Reputation: 159
I am running a project which implements a two-step procedure for predicting whether an individual will or will not pay back their loan. This project is designed to teach us about retail credit risk and the everyday individual borrowing e.g. credit cards.
The two steps are as follows
Run a multivariate logistic regression on "resolved" cases. That is, these observations have a clear result in their dependent variable being 1 for "Cure" and 0 for "liquidated" For this section, I am using factors
Now that I have a model which has been field past information on whether individuals did manage to clear their debt or declared insolvent. I am to apply this model to individuals who are currently unable to pay back their loan.

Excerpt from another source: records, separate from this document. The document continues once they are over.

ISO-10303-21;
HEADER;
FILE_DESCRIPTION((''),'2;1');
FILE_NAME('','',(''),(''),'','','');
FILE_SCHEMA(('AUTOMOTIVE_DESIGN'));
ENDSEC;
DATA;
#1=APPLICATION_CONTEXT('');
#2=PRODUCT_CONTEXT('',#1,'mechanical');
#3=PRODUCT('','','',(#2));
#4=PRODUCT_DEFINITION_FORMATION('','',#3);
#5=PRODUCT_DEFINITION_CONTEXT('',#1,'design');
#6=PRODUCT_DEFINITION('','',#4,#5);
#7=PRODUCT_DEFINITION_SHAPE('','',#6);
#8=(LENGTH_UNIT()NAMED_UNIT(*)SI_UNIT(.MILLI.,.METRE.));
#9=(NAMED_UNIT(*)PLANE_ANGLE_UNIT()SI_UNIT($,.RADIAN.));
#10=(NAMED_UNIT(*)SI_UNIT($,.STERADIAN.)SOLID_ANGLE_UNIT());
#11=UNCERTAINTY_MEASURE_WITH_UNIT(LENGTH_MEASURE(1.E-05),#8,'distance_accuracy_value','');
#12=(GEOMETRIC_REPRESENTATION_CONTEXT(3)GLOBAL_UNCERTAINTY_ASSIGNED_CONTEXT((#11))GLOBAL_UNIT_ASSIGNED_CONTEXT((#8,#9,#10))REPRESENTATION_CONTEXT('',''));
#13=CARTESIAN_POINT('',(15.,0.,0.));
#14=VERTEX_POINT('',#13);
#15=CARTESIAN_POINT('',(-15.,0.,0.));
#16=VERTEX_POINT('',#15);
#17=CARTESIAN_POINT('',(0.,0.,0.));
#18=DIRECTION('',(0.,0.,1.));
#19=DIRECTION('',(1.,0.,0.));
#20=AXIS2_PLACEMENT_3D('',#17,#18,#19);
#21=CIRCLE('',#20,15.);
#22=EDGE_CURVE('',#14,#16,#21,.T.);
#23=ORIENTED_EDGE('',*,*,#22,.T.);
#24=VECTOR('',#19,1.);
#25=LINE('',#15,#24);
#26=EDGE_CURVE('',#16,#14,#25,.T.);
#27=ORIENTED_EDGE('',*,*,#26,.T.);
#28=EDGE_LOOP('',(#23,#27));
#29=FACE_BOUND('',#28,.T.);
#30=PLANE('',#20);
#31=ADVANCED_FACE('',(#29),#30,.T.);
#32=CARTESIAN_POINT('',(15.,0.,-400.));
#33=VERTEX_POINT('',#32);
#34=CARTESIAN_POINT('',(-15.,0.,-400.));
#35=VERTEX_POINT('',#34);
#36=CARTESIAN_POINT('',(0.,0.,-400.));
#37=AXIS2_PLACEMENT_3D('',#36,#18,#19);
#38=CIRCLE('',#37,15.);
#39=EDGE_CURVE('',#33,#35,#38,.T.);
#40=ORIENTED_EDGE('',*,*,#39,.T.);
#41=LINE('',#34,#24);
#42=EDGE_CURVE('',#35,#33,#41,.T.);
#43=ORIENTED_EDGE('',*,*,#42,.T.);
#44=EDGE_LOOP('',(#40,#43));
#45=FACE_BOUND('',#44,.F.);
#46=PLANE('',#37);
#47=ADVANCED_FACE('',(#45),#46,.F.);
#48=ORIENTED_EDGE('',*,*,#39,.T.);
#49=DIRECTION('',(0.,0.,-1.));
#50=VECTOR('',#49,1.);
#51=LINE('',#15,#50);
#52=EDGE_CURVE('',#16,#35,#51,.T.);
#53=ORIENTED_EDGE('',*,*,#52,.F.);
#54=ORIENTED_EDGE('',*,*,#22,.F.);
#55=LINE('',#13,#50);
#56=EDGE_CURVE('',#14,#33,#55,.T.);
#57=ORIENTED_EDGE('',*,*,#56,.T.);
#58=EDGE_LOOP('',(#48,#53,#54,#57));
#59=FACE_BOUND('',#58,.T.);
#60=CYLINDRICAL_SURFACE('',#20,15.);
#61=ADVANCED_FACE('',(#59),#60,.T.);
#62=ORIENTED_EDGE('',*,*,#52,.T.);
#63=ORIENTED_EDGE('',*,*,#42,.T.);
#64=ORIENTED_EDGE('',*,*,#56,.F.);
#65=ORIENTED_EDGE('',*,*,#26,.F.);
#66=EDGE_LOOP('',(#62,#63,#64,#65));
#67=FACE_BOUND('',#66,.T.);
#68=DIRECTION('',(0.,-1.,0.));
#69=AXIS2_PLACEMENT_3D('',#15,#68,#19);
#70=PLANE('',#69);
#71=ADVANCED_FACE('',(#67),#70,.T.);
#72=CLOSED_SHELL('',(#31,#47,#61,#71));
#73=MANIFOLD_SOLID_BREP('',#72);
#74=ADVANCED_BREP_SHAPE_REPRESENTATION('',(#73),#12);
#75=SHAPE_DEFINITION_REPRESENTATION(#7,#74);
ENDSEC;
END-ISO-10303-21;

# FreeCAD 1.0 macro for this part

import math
import FreeCAD as App
import Part
import Sketcher

V = App.Vector
Q = App.Units.Quantity

doc = App.newDocument("Part")
body = doc.addObject("PartDesign::Body", "Body")

sketch1 = body.newObject("Sketcher::SketchObject", "Sketch")
sketch1.AttachmentSupport = (doc.getObject("XY_Plane"), [""])
sketch1.MapMode = "FlatFace"
sketch1.addGeometry(Part.LineSegment(V(-15, 0, 0), V(15, 0, 0)), False)
sketch1.addGeometry(Part.ArcOfCircle(Part.Circle(V(0, 0, 0), V(0, 0, 1), 15), math.radians(0), math.radians(180)), False)
sketch1.addConstraint(Sketcher.Constraint("Coincident", 0, 1, 1, 2))
sketch1.addConstraint(Sketcher.Constraint("Coincident", 1, 1, 0, 2))
sketch1.addConstraint(Sketcher.Constraint("Horizontal", 0))
sketch1.addConstraint(Sketcher.Constraint("Coincident", 1, 3, -1, 1))
sketch1.addConstraint(Sketcher.Constraint("PointOnObject", 0, 1, -1))
sketch1.addConstraint(Sketcher.Constraint("Radius", 1, Q("15 mm")))
pad1 = body.newObject("PartDesign::Pad", "Pad")
pad1.Profile = sketch1
pad1.Length = 400
pad1.Reversed = True

doc.recompute()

The premise of this is to supplement the closed cases with open cases. The open cases will therefore, have a probability of "paying back" or "cure" attached to them.
Now my input table looks like this
Resolution_status dependent_var weight X1 X2 X3 X4 X5
Resolved 1 1 30 1500 3 3
Resolved 0 1 15 750 1 1
----------------------------------------------------------------
Unresolved 1 0.6 5 500 6 6
Unresolved 0 0.4 5 500 6 6
I have separated the Unresolved cases to identify that each observation follows these rules - Each unresolved observation is duplicated - The first is given a '1' for cure and a weight equal to the probability of cure estimated by the model in step 1
What is the impact of using the weight statement? Should I be using An inflated zero-one beta regression or a fractional logit model instead?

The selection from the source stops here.